Description of the task:
Each entry that follows must be output without any deviation.

(Record excerpts)

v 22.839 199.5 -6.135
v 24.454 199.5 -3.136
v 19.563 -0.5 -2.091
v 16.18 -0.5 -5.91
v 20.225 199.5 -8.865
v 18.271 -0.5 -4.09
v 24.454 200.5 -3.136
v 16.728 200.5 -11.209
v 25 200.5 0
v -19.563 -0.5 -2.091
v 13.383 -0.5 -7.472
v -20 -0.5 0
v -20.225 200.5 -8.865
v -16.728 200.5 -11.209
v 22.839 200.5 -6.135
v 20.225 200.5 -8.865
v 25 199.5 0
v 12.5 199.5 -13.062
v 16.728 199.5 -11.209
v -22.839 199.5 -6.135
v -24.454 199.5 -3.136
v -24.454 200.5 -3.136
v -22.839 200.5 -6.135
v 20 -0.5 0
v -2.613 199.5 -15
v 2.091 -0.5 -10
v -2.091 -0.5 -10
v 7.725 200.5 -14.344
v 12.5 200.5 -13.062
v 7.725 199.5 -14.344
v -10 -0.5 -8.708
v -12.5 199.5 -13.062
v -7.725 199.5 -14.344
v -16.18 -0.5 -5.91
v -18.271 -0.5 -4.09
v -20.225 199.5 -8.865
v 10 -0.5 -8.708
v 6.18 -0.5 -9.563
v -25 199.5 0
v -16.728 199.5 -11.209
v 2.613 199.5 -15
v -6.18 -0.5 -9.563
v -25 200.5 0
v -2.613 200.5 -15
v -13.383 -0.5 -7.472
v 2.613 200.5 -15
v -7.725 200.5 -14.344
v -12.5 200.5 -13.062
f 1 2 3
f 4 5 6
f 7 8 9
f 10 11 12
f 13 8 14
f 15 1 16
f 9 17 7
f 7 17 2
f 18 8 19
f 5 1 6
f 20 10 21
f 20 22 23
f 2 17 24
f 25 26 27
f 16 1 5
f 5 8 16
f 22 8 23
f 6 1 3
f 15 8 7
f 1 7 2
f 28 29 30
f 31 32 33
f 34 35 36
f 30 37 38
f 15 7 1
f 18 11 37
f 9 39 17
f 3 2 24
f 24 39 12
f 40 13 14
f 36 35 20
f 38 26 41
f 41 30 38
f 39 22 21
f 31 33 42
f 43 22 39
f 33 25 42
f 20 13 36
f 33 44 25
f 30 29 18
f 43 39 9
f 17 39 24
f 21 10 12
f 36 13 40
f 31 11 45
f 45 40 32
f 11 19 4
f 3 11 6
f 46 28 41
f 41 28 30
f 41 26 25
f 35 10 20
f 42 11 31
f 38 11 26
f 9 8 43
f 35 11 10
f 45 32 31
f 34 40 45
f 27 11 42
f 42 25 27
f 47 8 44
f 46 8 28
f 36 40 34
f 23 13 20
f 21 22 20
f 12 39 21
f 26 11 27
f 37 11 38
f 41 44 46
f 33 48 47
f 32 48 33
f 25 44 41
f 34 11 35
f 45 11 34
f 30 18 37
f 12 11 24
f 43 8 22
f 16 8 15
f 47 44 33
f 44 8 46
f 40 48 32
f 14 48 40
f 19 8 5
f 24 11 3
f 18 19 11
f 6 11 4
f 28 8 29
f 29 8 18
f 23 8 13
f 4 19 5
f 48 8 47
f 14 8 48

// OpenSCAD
hull () {
  translate ([0, 0, 0]) {
    resize ([40, 1, 10]){
      rotate (a=-90.0, v=[1, 0, 0]) {
        difference () {
          cylinder (h=5, r=20, center=true);
          translate ([0, -20, 0]) {
            cube ([40, 40, 20], center=true);
          }
        }
      }
    }
  }
  translate ([0, 200, 0]) {
    resize ([50, 1, 15]){
      rotate (a=-90.0, v=[1, 0, 0]) {
        difference () {
          cylinder (h=5, r=20, center=true);
          translate ([0, -20, 0]) {
            cube ([40, 40, 20], center=true);
          }
        }
      }
    }
  }
}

(End Record excerpts)

Task result:
v 22.839 199.5 -6.135
v 24.454 199.5 -3.136
v 19.563 -0.5 -2.091
v 16.18 -0.5 -5.91
v 20.225 199.5 -8.865
v 18.271 -0.5 -4.09
v 24.454 200.5 -3.136
v 16.728 200.5 -11.209
v 25 200.5 0
v -19.563 -0.5 -2.091
v 13.383 -0.5 -7.472
v -20 -0.5 0
v -20.225 200.5 -8.865
v -16.728 200.5 -11.209
v 22.839 200.5 -6.135
v 20.225 200.5 -8.865
v 25 199.5 0
v 12.5 199.5 -13.062
v 16.728 199.5 -11.209
v -22.839 199.5 -6.135
v -24.454 199.5 -3.136
v -24.454 200.5 -3.136
v -22.839 200.5 -6.135
v 20 -0.5 0
v -2.613 199.5 -15
v 2.091 -0.5 -10
v -2.091 -0.5 -10
v 7.725 200.5 -14.344
v 12.5 200.5 -13.062
v 7.725 199.5 -14.344
v -10 -0.5 -8.708
v -12.5 199.5 -13.062
v -7.725 199.5 -14.344
v -16.18 -0.5 -5.91
v -18.271 -0.5 -4.09
v -20.225 199.5 -8.865
v 10 -0.5 -8.708
v 6.18 -0.5 -9.563
v -25 199.5 0
v -16.728 199.5 -11.209
v 2.613 199.5 -15
v -6.18 -0.5 -9.563
v -25 200.5 0
v -2.613 200.5 -15
v -13.383 -0.5 -7.472
v 2.613 200.5 -15
v -7.725 200.5 -14.344
v -12.5 200.5 -13.062
f 1 2 3
f 4 5 6
f 7 8 9
f 10 11 12
f 13 8 14
f 15 1 16
f 9 17 7
f 7 17 2
f 18 8 19
f 5 1 6
f 20 10 21
f 20 22 23
f 2 17 24
f 25 26 27
f 16 1 5
f 5 8 16
f 22 8 23
f 6 1 3
f 15 8 7
f 1 7 2
f 28 29 30
f 31 32 33
f 34 35 36
f 30 37 38
f 15 7 1
f 18 11 37
f 9 39 17
f 3 2 24
f 24 39 12
f 40 13 14
f 36 35 20
f 38 26 41
f 41 30 38
f 39 22 21
f 31 33 42
f 43 22 39
f 33 25 42
f 20 13 36
f 33 44 25
f 30 29 18
f 43 39 9
f 17 39 24
f 21 10 12
f 36 13 40
f 31 11 45
f 45 40 32
f 11 19 4
f 3 11 6
f 46 28 41
f 41 28 30
f 41 26 25
f 35 10 20
f 42 11 31
f 38 11 26
f 9 8 43
f 35 11 10
f 45 32 31
f 34 40 45
f 27 11 42
f 42 25 27
f 47 8 44
f 46 8 28
f 36 40 34
f 23 13 20
f 21 22 20
f 12 39 21
f 26 11 27
f 37 11 38
f 41 44 46
f 33 48 47
f 32 48 33
f 25 44 41
f 34 11 35
f 45 11 34
f 30 18 37
f 12 11 24
f 43 8 22
f 16 8 15
f 47 44 33
f 44 8 46
f 40 48 32
f 14 48 40
f 19 8 5
f 24 11 3
f 18 19 11
f 6 11 4
f 28 8 29
f 29 8 18
f 23 8 13
f 4 19 5
f 48 8 47
f 14 8 48

// OpenSCAD
hull () {
  translate ([0, 0, 0]) {
    resize ([40, 1, 10]){
      rotate (a=-90.0, v=[1, 0, 0]) {
        difference () {
          cylinder (h=5, r=20, center=true);
          translate ([0, -20, 0]) {
            cube ([40, 40, 20], center=true);
          }
        }
      }
    }
  }
  translate ([0, 200, 0]) {
    resize ([50, 1, 15]){
      rotate (a=-90.0, v=[1, 0, 0]) {
        difference () {
          cylinder (h=5, r=20, center=true);
          translate ([0, -20, 0]) {
            cube ([40, 40, 20], center=true);
          }
        }
      }
    }
  }
}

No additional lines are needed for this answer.